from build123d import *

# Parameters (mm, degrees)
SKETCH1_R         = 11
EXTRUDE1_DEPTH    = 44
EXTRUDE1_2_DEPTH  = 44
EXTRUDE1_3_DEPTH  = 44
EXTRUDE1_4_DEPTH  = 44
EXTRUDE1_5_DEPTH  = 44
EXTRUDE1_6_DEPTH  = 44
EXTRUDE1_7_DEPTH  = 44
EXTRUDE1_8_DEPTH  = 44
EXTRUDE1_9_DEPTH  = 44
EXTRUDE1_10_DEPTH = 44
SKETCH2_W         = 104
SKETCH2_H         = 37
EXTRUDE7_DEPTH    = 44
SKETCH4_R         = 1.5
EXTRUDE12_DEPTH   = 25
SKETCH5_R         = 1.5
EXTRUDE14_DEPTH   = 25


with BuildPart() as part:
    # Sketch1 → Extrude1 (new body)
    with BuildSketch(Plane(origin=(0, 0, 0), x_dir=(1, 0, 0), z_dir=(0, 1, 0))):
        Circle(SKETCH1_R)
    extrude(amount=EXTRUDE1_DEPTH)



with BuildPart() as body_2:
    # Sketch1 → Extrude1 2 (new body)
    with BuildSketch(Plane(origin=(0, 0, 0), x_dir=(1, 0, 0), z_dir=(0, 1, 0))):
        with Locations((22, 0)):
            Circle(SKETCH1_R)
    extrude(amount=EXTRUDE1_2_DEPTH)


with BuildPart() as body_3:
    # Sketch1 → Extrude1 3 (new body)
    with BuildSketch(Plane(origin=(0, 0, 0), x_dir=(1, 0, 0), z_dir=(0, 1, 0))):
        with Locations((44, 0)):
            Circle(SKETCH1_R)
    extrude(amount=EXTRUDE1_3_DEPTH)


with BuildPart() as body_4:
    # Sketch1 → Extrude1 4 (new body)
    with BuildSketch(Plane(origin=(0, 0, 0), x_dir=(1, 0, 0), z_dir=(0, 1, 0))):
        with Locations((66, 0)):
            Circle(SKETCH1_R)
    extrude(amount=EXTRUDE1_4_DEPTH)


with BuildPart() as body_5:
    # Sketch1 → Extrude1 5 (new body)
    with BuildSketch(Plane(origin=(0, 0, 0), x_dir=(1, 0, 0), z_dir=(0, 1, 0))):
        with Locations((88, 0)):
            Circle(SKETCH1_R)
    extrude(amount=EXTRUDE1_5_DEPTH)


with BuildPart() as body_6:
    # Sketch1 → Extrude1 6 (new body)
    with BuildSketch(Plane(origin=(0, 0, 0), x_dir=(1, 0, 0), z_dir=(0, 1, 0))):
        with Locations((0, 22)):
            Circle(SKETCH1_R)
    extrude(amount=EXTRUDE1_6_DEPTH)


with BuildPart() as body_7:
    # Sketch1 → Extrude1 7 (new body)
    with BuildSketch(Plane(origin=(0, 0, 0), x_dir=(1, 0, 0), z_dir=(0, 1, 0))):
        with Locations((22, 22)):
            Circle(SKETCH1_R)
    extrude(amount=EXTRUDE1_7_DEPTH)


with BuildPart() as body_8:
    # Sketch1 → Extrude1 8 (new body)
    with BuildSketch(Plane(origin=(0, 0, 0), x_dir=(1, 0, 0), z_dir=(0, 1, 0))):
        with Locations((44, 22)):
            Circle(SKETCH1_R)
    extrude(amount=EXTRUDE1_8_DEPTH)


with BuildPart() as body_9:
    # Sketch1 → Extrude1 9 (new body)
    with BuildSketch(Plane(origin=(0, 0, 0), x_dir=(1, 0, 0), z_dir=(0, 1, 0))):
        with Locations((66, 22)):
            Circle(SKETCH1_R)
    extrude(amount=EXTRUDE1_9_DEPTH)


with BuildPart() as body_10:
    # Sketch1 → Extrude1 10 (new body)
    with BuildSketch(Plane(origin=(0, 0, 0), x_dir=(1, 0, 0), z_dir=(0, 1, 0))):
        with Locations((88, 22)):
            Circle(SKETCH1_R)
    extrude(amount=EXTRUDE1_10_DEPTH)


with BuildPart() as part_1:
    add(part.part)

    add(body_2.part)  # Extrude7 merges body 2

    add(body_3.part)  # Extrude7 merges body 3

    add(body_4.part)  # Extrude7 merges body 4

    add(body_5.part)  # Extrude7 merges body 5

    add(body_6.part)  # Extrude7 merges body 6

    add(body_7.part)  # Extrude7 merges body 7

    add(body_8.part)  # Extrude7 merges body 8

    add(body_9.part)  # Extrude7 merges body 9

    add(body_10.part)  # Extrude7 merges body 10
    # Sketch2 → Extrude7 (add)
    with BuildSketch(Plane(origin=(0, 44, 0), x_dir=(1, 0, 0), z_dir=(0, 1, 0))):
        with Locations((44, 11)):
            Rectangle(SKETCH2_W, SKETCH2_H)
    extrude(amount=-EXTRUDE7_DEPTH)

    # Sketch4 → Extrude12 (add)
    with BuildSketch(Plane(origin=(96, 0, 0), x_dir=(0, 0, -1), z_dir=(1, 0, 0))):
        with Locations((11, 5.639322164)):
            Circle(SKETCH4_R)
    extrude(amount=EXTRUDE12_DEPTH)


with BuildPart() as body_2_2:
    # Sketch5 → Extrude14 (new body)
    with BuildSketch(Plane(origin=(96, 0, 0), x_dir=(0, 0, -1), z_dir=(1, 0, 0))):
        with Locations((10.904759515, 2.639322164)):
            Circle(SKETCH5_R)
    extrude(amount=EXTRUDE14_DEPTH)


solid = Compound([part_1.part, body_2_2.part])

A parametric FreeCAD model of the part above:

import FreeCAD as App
import Part
import Sketcher

V = App.Vector

doc = App.newDocument("Part")
params = doc.addObject("Spreadsheet::Sheet", "Params")
for row, (alias, value) in enumerate([
    ("sketch1_diameter", "22 mm"),
    ("pad1_length", "44 mm"),
    ("sketch2_diameter", "22 mm"),
    ("pad2_length", "44 mm"),
    ("sketch3_diameter", "22 mm"),
    ("pad3_length", "44 mm"),
    ("sketch4_diameter", "22 mm"),
    ("pad4_length", "44 mm"),
    ("sketch5_diameter", "22 mm"),
    ("pad5_length", "44 mm"),
    ("sketch6_diameter", "22 mm"),
    ("pad6_length", "44 mm"),
    ("sketch7_diameter", "22 mm"),
    ("pad7_length", "44 mm"),
    ("sketch8_diameter", "22 mm"),
    ("pad8_length", "44 mm"),
    ("sketch9_diameter", "22 mm"),
    ("pad9_length", "44 mm"),
    ("sketch10_diameter", "22 mm"),
    ("pad10_length", "44 mm"),
    ("sketch11_width", "104 mm"),
    ("sketch11_height", "37 mm"),
    ("pad11_length", "44 mm"),
    ("sketch12_diameter", "3 mm"),
    ("pad12_length", "25 mm"),
    ("sketch13_diameter", "3 mm"),
    ("pad13_length", "25 mm"),
], start=1):
    params.set(f"A{row}", alias)
    params.set(f"B{row}", "=" + value)
    params.setAlias(f"B{row}", alias)

body = doc.addObject("PartDesign::Body", "Body")

# Sketch on XZ plane
sketch1 = body.newObject("Sketcher::SketchObject", "Sketch")
sketch1.AttachmentSupport = (doc.getObject("XZ_Plane"), [""])
sketch1.MapMode = "FlatFace"
sketch1.addGeometry(Part.Circle(V(0, 0, 0), V(0, 0, 1), 11), False)
sketch1.addConstraint(Sketcher.Constraint("Coincident", 0, 3, -1, 1))
sketch1.addConstraint(Sketcher.Constraint("Diameter", 0, 22.0))
sketch1.setExpression("Constraints[1]", "Params.sketch1_diameter")
pad1 = body.newObject("PartDesign::Pad", "Pad")
pad1.Profile = sketch1
pad1.setExpression("Length", "Params.pad1_length")
pad1.Reversed = True
body2 = doc.addObject("PartDesign::Body", "Body001")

TO DO> Across the records above, how many lines does the word "Locations" appear on? Reply with the number only.

REPLY> 12